Russian president blames violence in Ingushetia on domestic problems

Russia's president acknowledged Wednesday that growing violence in the impoverished southern republic of Ingushetia is rooted in unresolved domestic problems such as corruption and poverty.

The statement was an admission of the deep and ominous troubles tearing at the Caucasus, and a departure for an administration that has generally preferred to downplay the violence in its restive southern republics or, when pressed, to blame foreign meddling for the bloodshed.

"You talked about the influence of a number of factors, including international ones such as funding of terrorists, religious extremism. These external factors do exist," President Dmitry Medvedev said during a meeting with security officials. "But the main cause is inside the country, however sad it sounds."

Socioeconomic problems are driving the violence, Medvedev said, according to Interfax news service, including "unemployment, clans who could not care less about people . . . as well as corruption, which has really become very widespread among law enforcement authorities."

Months of brazen daylight attacks on government facilities and midnight disappearances at the hands of security officers came to a dramatic peak Monday, when a suicide bomber rammed a truck packed with explosives into the police headquarters in Ingushetia's main city, killing 25 people and injuring more than 100.

Medvedev has responded with evident anger. He immediately fired Ingushetia's interior minister and has denounced the failure to stop the attack. On Monday, he said that failure to protect police officers will result in dismissal at all levels.

"Most of what we have is not working, and that was proved by the criminal act," he said. "This is unforgivable. This is simply a crime."

Smaller attacks are a routine reality in Ingushetia; on Wednesday, a federal intelligence agent was shot to death. But the scale of Monday's attack has forced the government in Moscow to reassure the public that it will restore peace in the troubled republics of Ingushetia, Dagestan and Chechnya.

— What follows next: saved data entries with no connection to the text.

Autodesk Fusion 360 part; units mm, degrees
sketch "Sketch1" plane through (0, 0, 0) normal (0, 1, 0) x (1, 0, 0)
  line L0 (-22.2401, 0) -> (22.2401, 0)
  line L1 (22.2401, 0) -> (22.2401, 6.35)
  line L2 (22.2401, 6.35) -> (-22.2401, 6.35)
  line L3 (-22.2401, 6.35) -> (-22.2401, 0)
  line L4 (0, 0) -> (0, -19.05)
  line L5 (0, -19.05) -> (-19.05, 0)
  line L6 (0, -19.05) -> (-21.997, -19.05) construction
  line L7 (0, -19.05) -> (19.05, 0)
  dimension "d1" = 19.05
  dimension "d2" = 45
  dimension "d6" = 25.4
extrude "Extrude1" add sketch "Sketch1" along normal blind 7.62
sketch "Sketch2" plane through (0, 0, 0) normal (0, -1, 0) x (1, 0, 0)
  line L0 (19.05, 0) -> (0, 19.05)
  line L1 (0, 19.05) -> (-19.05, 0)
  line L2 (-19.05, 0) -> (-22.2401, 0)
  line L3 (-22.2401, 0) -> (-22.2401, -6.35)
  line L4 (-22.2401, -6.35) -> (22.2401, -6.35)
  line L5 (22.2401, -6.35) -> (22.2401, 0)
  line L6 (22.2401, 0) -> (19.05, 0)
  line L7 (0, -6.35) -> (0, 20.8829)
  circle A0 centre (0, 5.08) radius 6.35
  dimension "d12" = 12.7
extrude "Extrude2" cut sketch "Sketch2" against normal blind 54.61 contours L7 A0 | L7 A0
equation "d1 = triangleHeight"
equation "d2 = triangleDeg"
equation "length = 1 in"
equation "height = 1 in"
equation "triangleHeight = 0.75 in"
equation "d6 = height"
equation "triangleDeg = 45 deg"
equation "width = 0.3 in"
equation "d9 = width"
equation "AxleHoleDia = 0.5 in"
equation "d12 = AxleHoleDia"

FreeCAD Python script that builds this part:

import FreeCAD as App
import Part
import Sketcher
from FreeCAD import Vector
Q = App.Units.Quantity

doc = App.newDocument("Part")
body = doc.addObject("PartDesign::Body", "Body")

# Sketch on XZ plane
sketch1 = body.newObject("Sketcher::SketchObject", "Sketch")
sketch1.AttachmentSupport = (doc.getObject("XZ_Plane"), [""])
sketch1.MapMode = "FlatFace"
sketch1.addGeometry([
    Part.LineSegment(Vector(-22.2, -6.3, 0), Vector(-22.2, 0, 0)),  # 0
    Part.LineSegment(Vector(-22.2, 0, 0), Vector(-19.1, 0, 0)),  # 1
    Part.LineSegment(Vector(-19.1, 0, 0), Vector(0, 19.1, 0)),  # 2
    Part.LineSegment(Vector(0, 19.1, 0), Vector(19.1, 0, 0)),  # 3
    Part.LineSegment(Vector(19.1, 0, 0), Vector(22.2, 0, 0)),  # 4
    Part.LineSegment(Vector(22.2, 0, 0), Vector(22.2, -6.3, 0)),  # 5
    Part.LineSegment(Vector(22.2, -6.3, 0), Vector(-22.2, -6.3, 0)),  # 6
], False)
sketch1.addConstraint([
    Sketcher.Constraint("Coincident", 0, 2, 1, 1),
    Sketcher.Constraint("Coincident", 1, 2, 2, 1),
    Sketcher.Constraint("Coincident", 2, 2, 3, 1),
    Sketcher.Constraint("Coincident", 3, 2, 4, 1),
    Sketcher.Constraint("Coincident", 4, 2, 5, 1),
    Sketcher.Constraint("Coincident", 5, 2, 6, 1),
    Sketcher.Constraint("Coincident", 6, 2, 0, 1),
    Sketcher.Constraint("Vertical", 0),
    Sketcher.Constraint("Horizontal", 1),
    Sketcher.Constraint("Horizontal", 4),
    Sketcher.Constraint("Vertical", 5),
    Sketcher.Constraint("Horizontal", 6),
    Sketcher.Constraint("Symmetric", 1, 2, 3, 2, -1, 1),
    Sketcher.Constraint("Symmetric", 0, 2, 4, 2, -2),
    Sketcher.Constraint("PointOnObject", 2, 2, -2),
    Sketcher.Constraint("Perpendicular", 2, 3),
    Sketcher.Constraint("DistanceY", 5, 2, 2, 2, Q("1 in")),
    Sketcher.Constraint("DistanceX", 1, 2, -1, 1, Q("0.75 in")),
    Sketcher.Constraint("DistanceX", 1, 1, 1, 2, Q("0.1256 in")),
])
pad1 = body.newObject("PartDesign::Pad", "Pad")
pad1.Profile = sketch1
pad1.Length = Q("0.3 in")
pad1.Reversed = True

# Sketch on XZ plane
sketch2 = body.newObject("Sketcher::SketchObject", "Sketch001")
sketch2.AttachmentSupport = (doc.getObject("XZ_Plane"), [""])
sketch2.MapMode = "FlatFace"
sketch2.addGeometry(Part.Circle(Vector(0, 5, 0), Vector(0, 0, 1), 6), False)
sketch2.addConstraint([
    Sketcher.Constraint("PointOnObject", 0, 3, -2),
    Sketcher.Constraint("Diameter", 0, Q("0.5 in")),
    Sketcher.Constraint("DistanceY", -1, 1, 0, 3, Q("0.2 in")),
])
pocket1 = body.newObject("PartDesign::Pocket", "Pocket")
pocket1.Profile = sketch2
pocket1.Length = Q("2.15 in")

doc.recompute()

Still scarred by two bloody Chechen wars, the Russian government has sought to downplay violence in the Caucasus. In April, Moscow declared that its counter-terrorism operation in Chechnya was done, signaling a symbolic end to the pacification of the republic.

But the killing has continued, especially in the neighboring republics of Ingushetia and Dagestan.

Meanwhile, human rights workers have warned that the merciless crackdown on civilians in Chechnya opens the risk of quietly breeding a new generation of rebels.

Chechen President Ramzan Kadyrov has been roundly criticized by human rights groups for his brutal style of rule, but Moscow has continued to lavish money, praise and unstinting loyalty on the former rebel's administration -- precisely because Kadyrov was credited with keeping Chechnya quiet.

This summer, in a sign of growing desperation after the Ingush president was gravely wounded in a suicide bombing, the Kremlin asked Kadyrov to intensify operations in neighboring Ingushetia.

"The crimes that have been committed lately against the Ingush leadership, individual law enforcement officials, regular citizens and human rights activists must entail severe and unavoidable punishment," Medvedev said Wednesday. "Terrorists must be fought unceremoniously and must be eliminated without any emotions or hesitation."